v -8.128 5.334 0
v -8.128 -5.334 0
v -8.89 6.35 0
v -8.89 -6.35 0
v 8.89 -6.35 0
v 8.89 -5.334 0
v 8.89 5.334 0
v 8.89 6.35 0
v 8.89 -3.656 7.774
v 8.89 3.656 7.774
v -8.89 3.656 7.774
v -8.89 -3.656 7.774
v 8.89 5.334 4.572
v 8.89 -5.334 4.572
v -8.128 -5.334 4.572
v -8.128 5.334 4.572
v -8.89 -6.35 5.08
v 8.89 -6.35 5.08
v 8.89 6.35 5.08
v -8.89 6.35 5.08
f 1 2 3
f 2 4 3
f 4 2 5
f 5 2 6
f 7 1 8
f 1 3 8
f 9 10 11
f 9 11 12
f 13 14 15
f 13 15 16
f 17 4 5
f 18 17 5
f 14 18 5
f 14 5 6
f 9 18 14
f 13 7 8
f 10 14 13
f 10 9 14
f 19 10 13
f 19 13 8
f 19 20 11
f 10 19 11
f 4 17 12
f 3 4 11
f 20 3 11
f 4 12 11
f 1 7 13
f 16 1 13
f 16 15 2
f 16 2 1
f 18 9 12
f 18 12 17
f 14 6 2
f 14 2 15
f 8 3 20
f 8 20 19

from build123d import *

# Parameters (mm, degrees)
F0_W     = 17.78
F0_H     = 12.7
F1_DEPTH = 5.08
F3_DEPTH = 17.78
F4_W     = 10.668
F4_H     = 4.572
F5_DEPTH = 17.018


with BuildPart() as f1:
    # F0 (on Top) → F1 (new body)
    with BuildSketch(Plane.XY):
        Rectangle(F0_W, F0_H)
    extrude(amount=F1_DEPTH)

    # F2 (on face) → F3 (join)
    with BuildSketch(Plane.YZ.offset(8.89)):
        Polygon((-3.655923, 7.774077), (-6.35, 5.08), (6.35, 5.08), (3.655923, 7.774077), (0, 7.774077), align=None)
    extrude(amount=-F3_DEPTH)

    # F4 (on face) → F5 (cut)
    with BuildSketch(Plane.YZ.offset(8.89)):
        with Locations((0, 2.286)):
            Rectangle(F4_W, F4_H)
    extrude(amount=-F5_DEPTH, mode=Mode.SUBTRACT)


solid = f1.part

====================

Exercise directions: Now output the listing above, exactly as it appears.

Task response:
v -8.128 5.334 0
v -8.128 -5.334 0
v -8.89 6.35 0
v -8.89 -6.35 0
v 8.89 -6.35 0
v 8.89 -5.334 0
v 8.89 5.334 0
v 8.89 6.35 0
v 8.89 -3.656 7.774
v 8.89 3.656 7.774
v -8.89 3.656 7.774
v -8.89 -3.656 7.774
v 8.89 5.334 4.572
v 8.89 -5.334 4.572
v -8.128 -5.334 4.572
v -8.128 5.334 4.572
v -8.89 -6.35 5.08
v 8.89 -6.35 5.08
v 8.89 6.35 5.08
v -8.89 6.35 5.08
f 1 2 3
f 2 4 3
f 4 2 5
f 5 2 6
f 7 1 8
f 1 3 8
f 9 10 11
f 9 11 12
f 13 14 15
f 13 15 16
f 17 4 5
f 18 17 5
f 14 18 5
f 14 5 6
f 9 18 14
f 13 7 8
f 10 14 13
f 10 9 14
f 19 10 13
f 19 13 8
f 19 20 11
f 10 19 11
f 4 17 12
f 3 4 11
f 20 3 11
f 4 12 11
f 1 7 13
f 16 1 13
f 16 15 2
f 16 2 1
f 18 9 12
f 18 12 17
f 14 6 2
f 14 2 15
f 8 3 20
f 8 20 19

from build123d import *

# Parameters (mm, degrees)
F0_W     = 17.78
F0_H     = 12.7
F1_DEPTH = 5.08
F3_DEPTH = 17.78
F4_W     = 10.668
F4_H     = 4.572
F5_DEPTH = 17.018


with BuildPart() as f1:
    # F0 (on Top) → F1 (new body)
    with BuildSketch(Plane.XY):
        Rectangle(F0_W, F0_H)
    extrude(amount=F1_DEPTH)

    # F2 (on face) → F3 (join)
    with BuildSketch(Plane.YZ.offset(8.89)):
        Polygon((-3.655923, 7.774077), (-6.35, 5.08), (6.35, 5.08), (3.655923, 7.774077), (0, 7.774077), align=None)
    extrude(amount=-F3_DEPTH)

    # F4 (on face) → F5 (cut)
    with BuildSketch(Plane.YZ.offset(8.89)):
        with Locations((0, 2.286)):
            Rectangle(F4_W, F4_H)
    extrude(amount=-F5_DEPTH, mode=Mode.SUBTRACT)


solid = f1.part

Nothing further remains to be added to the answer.